Over time, the Pasteur Institute of Iran's research departments have been added to suit the needs of the community, and today the institute continues to operate with six research groups and 20 research departments.

==Karaj Production Complex==
Pasteur Institute of Iran, alongside the Razi Institute, is one of the pillars of human vaccine production in the country. Due to the growing need for vaccines, recombinant products, and injectable solutions, Karaj Production Complex started its activities in 1988. Since the past 100 years, Pasteur Institute of Iran has been able to control various infectious diseases, including smallpox, cholera, rabies, hepatitis B and tuberculosis by producing numerous vaccines and effective health interventions, and has produced other vaccines such as typhoid, anthrax, gonorrhea, and typhus, and has planned to produce pneumococcal and rotavirus vaccines.

==The Pasteur Institute Amol==
The North Research Center (NRC) of Pasteur is one of the institutions of the Pasteur Institute of Iran, which was established with the efforts of a group of sponsors in the city of Amol in an area of 23,000 square meters in Amol city in 1994 and now includes about 5000 square meters of physical space containing specialized diagnostic and research laboratories.

== Other branches of the institute ==
In 1952, during a plague epidemic in western area of Iran, Pasteur Institute of Iran founded a health research center in Akanlu , a village located between Zanjan, Kurdistan and Hamadan. As a result of the foundation of this center, the various teams of Pasteur Institute of Iran were able to deal with the control of the plague endemic in there via taken effective strategies. This research center is now called the Research Center for Emerging and Re emerging Infection Diseases.

== Educational programs ==
Pasteur Institute of Iran is currently offering a Ph.D. in four disciplines.

==Publications==

The Journal of Medical Microbiology and Infectious Diseases (or JoMMID) is an official scientific quarterly publication of the institute. It is an open access peer reviewed academic journal published in English since November 2013 and approved by the Ministerial Commission for Accreditation of Iranian Medical Journals on October 19, 2014.

Vaccine Research is an international open access peer reviewed academic journal open-access peer-reviewed journal in English that publishes original research papers, review papers, and clinical studies related to all aspects of vaccinology. This interdisciplinary journal publishes the original high-quality research papers that contribute to the field of vaccinology - all original paper submissions across basic and clinical medical research, vaccine manufacturing, history, public policy, behavioral science and ethics, social sciences, safety, and other related areas are welcomed.

== Damage during 2026 Iran war ==

Multiple US-Israeli bombs struck the centre in March 2026 during the 2026 Iran war. These attacks destroyed several buildings and damaged equipment and laboratories, disrupting operations.

The institute was reported by Iranian authorities to have been heavily damaged on 2 April 2026 by Israeli/American attacks during the 2026 Iran war.

International health organizations, including the World Health Organization, expressed concern over reported damage to healthcare and biomedical infrastructure in Iran during the same period. Media reports indicated that the institute was among several scientific and medical facilities impacted.

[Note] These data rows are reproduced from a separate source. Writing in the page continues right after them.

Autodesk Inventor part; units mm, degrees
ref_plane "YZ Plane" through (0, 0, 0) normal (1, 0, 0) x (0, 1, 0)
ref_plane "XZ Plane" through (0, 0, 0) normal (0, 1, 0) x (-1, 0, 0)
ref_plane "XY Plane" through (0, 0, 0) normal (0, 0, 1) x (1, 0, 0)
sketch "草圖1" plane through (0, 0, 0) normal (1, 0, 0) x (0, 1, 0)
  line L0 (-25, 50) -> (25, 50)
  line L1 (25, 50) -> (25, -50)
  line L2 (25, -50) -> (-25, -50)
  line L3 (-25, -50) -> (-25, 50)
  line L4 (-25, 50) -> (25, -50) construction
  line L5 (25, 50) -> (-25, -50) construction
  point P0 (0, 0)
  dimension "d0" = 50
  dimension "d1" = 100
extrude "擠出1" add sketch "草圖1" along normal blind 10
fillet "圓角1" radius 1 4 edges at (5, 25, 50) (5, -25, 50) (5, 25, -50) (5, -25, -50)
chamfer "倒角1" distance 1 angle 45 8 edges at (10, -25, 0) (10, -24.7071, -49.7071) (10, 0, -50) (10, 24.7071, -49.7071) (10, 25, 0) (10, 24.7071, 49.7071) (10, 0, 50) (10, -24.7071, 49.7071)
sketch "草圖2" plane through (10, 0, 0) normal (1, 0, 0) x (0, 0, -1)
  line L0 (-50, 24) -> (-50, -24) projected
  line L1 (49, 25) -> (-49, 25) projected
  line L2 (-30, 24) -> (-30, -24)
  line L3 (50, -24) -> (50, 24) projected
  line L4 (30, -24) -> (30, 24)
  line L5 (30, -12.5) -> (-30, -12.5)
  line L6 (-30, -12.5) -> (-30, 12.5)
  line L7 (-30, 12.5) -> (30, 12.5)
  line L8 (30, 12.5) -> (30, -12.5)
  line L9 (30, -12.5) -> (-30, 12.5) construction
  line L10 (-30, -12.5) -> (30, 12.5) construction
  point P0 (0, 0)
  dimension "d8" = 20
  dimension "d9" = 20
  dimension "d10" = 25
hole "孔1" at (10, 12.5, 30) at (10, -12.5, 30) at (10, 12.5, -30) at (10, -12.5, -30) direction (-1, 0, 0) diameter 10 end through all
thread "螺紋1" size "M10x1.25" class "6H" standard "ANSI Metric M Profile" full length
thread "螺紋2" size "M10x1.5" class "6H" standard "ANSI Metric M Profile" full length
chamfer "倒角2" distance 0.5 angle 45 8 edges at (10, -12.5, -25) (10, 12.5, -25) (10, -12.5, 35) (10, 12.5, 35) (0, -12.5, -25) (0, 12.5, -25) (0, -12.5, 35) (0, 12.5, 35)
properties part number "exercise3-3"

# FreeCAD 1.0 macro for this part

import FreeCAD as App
import Part
import Sketcher
from FreeCAD import Vector


def edges_at(feature, points):
    """Names of the edges that pass closest to the given points."""
    edges = feature.Shape.Edges
    near = lambda p: min(range(len(edges)), key=lambda i: edges[i].distToShape(Part.Vertex(*p))[0])
    return sorted({f"Edge{near(p) + 1}" for p in points})


def add_polygon(sketch, points):
    """Adds a closed chain of lines whose ends are joined by coincident constraints."""
    first, n = sketch.GeometryCount, len(points)
    for a, b in zip(points, points[1:] + points[:1]):
        sketch.addGeometry(Part.LineSegment(App.Vector(*a, 0), App.Vector(*b, 0)), False)
    for i in range(n):
        sketch.addConstraint(Sketcher.Constraint("Coincident", first + i, 2, first + (i + 1) % n, 1))

doc = App.newDocument("Part")
body = doc.addObject("PartDesign::Body", "Body")

# Sketch on YZ plane
sketch1 = body.newObject("Sketcher::SketchObject", "Sketch")
sketch1.AttachmentSupport = (doc.getObject("YZ_Plane"), [""])
sketch1.MapMode = "FlatFace"
add_polygon(sketch1, [(25, 50), (-25, 50), (-25, -50), (25, -50)])  # lines 0-3
sketch1.addConstraint([
    Sketcher.Constraint("Horizontal", 0),
    Sketcher.Constraint("Vertical", 1),
    Sketcher.Constraint("Horizontal", 2),
    Sketcher.Constraint("Vertical", 3),
    Sketcher.Constraint("Symmetric", 0, 2, 2, 2, -1, 1),
    Sketcher.Constraint("DistanceX", 0, 2, 0, 1, 50.0),
    Sketcher.Constraint("DistanceY", 1, 2, 1, 1, 100.0),
])
pad1 = body.newObject("PartDesign::Pad", "Pad")
pad1.Profile = sketch1
pad1.Length = 10
doc.recompute()

fillet = body.newObject("PartDesign::Fillet", "Fillet")
fillet.Base = (pad1, edges_at(pad1, [
    (5, 25, 50),
    (5, -25, 50),
    (5, 25, -50),
    (5, -25, -50),
]))
fillet.Radius = 1
doc.recompute()

chamfer = body.newObject("PartDesign::Chamfer", "Chamfer")
chamfer.Base = (fillet, edges_at(fillet, [
    (10, -25, 0),
    (10, -24.707, -49.707),
    (10, 0, -50),
    (10, 24.707, -49.707),
    (10, 25, 0),
    (10, 24.707, 49.707),
    (10, 0, 50),
    (10, -24.707, 49.707),
]))
chamfer.Size = 1

# Sketch on YZ plane
sketch2 = body.newObject("Sketcher::SketchObject", "Sketch001")
sketch2.AttachmentSupport = (doc.getObject("YZ_Plane"), [""])
sketch2.MapMode = "FlatFace"
sketch2.AttachmentOffset = App.Placement(Vector(0, 0, 10), App.Rotation())
sketch2.addGeometry([
    Part.Circle(Vector(12.5, 30, 0), Vector(0, 0, 1), 5),
    Part.Circle(Vector(-12.5, 30, 0), Vector(0, 0, 1), 5),
    Part.Circle(Vector(12.5, -30, 0), Vector(0, 0, 1), 5),
    Part.Circle(Vector(-12.5, -30, 0), Vector(0, 0, 1), 5),
], False)
sketch2.addConstraint([
    Sketcher.Constraint("Equal", 0, 1),
    Sketcher.Constraint("Equal", 1, 2),
    Sketcher.Constraint("Equal", 2, 3),
    Sketcher.Constraint("Symmetric", 1, 3, 2, 3, -1, 1),
    Sketcher.Constraint("Symmetric", 0, 3, 3, 3, -1, 1),
    Sketcher.Constraint("Symmetric", 0, 3, 1, 3, -2),
    Sketcher.Constraint("Diameter", 0, 10.0),
    Sketcher.Constraint("DistanceY", -1, 1, 0, 3, 30.0),
    Sketcher.Constraint("DistanceX", 1, 3, 0, 3, 25.0),
])
doc.recompute()
hole = body.newObject("PartDesign::Hole", "Hole")
hole.Profile = sketch2
hole.ThreadType = "None"
hole.Diameter = 10
hole.DepthType = "ThroughAll"
doc.recompute()

chamfer2 = body.newObject("PartDesign::Chamfer", "Chamfer001")
chamfer2.Base = (hole, edges_at(hole, [
    (10, -12.5, -25),
    (10, 12.5, -25),
    (10, -12.5, 35),
    (10, 12.5, 35),
    (0, -12.5, -25),
    (0, 12.5, -25),
    (0, -12.5, 35),
    (0, 12.5, 35),
]))
chamfer2.Size = 0.5

doc.recompute()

On May 8, 2026, the international medical journal The Lancet published an article titled "Damage to Iran's Pasteur Institute Threatens Regional Health Security." In it, the journal warned that the weakening of the institute poses a serious threat to the health security of the entire region. The article warns that the loss of some infrastructure has impaired the ability to respond to seasonal and regional disease outbreaks. It calls on the global health community to take all possible measures to protect and fully restore the Pasteur Institute of Iran. The authors emphasize that restoring the institute's diagnostic, surveillance, and vaccine production capabilities is urgently needed to maintain public health security across the region.